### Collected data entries

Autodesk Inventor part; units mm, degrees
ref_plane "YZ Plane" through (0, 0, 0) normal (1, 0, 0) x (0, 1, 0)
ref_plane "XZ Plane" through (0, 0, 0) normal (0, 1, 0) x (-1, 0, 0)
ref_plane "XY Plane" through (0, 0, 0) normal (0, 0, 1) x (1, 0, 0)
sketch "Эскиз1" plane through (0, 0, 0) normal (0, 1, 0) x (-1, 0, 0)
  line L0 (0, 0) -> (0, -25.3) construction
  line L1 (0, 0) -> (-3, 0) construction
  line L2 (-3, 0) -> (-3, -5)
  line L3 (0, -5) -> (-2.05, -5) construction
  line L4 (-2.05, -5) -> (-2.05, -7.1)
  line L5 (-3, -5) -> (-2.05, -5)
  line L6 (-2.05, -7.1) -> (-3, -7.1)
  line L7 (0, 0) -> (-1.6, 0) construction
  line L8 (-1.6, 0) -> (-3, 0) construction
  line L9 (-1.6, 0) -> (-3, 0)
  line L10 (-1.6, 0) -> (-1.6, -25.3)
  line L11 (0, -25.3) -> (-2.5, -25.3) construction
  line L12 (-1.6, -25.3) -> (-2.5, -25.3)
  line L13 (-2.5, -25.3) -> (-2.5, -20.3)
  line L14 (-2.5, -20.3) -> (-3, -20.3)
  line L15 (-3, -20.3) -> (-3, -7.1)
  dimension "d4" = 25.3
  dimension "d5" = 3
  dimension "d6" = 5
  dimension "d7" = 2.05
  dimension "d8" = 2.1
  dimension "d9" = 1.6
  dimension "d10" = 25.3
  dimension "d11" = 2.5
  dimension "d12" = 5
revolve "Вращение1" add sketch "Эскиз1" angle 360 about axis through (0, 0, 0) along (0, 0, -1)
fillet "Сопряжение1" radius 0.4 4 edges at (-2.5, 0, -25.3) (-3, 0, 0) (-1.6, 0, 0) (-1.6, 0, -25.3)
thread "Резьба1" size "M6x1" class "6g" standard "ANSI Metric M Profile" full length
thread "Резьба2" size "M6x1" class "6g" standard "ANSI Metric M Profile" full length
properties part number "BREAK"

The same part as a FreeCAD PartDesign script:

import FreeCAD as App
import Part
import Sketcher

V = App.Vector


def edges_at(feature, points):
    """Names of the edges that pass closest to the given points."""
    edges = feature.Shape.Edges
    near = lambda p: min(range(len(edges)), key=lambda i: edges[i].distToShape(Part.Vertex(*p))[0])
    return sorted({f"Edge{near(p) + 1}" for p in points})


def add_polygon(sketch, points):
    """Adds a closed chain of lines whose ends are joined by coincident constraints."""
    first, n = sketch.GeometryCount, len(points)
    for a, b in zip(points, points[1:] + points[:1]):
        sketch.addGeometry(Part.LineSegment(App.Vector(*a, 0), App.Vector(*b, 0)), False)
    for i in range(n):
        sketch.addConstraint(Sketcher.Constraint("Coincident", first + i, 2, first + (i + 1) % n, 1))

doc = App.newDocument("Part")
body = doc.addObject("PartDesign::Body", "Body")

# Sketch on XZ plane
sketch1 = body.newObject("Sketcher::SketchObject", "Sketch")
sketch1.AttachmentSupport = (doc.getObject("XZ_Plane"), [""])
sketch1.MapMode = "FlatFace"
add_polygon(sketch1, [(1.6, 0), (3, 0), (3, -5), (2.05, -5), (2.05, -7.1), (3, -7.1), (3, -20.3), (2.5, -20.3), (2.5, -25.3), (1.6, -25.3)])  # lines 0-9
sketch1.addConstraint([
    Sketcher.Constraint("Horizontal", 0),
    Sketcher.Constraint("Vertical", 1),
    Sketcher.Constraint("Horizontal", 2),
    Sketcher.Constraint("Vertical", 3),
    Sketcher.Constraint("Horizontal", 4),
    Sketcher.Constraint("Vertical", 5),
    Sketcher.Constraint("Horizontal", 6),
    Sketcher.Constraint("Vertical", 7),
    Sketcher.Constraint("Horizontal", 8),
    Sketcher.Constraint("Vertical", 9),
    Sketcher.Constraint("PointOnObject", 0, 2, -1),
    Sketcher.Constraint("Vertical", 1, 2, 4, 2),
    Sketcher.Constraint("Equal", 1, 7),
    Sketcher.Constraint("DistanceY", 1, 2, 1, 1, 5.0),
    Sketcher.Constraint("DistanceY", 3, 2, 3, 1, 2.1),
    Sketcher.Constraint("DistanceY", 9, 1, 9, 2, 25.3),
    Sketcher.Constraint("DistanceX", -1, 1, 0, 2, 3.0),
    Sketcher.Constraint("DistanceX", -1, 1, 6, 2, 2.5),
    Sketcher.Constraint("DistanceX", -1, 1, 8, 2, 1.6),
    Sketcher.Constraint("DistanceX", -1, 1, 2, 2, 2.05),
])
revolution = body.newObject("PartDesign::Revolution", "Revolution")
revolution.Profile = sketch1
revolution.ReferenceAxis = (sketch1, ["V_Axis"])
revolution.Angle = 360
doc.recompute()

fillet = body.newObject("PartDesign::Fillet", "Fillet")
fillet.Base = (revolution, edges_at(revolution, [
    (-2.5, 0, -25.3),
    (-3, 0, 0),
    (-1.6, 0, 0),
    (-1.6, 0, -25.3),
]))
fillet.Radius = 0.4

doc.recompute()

### Activity
Copy the records above faithfully. Begin at their first line, end at the line containing "line L2 (-3, 0) -> (-3, -5)", and include nothing else.

### Answer to the exercise
Autodesk Inventor part; units mm, degrees
ref_plane "YZ Plane" through (0, 0, 0) normal (1, 0, 0) x (0, 1, 0)
ref_plane "XZ Plane" through (0, 0, 0) normal (0, 1, 0) x (-1, 0, 0)
ref_plane "XY Plane" through (0, 0, 0) normal (0, 0, 1) x (1, 0, 0)
sketch "Эскиз1" plane through (0, 0, 0) normal (0, 1, 0) x (-1, 0, 0)
  line L0 (0, 0) -> (0, -25.3) construction
  line L1 (0, 0) -> (-3, 0) construction
  line L2 (-3, 0) -> (-3, -5)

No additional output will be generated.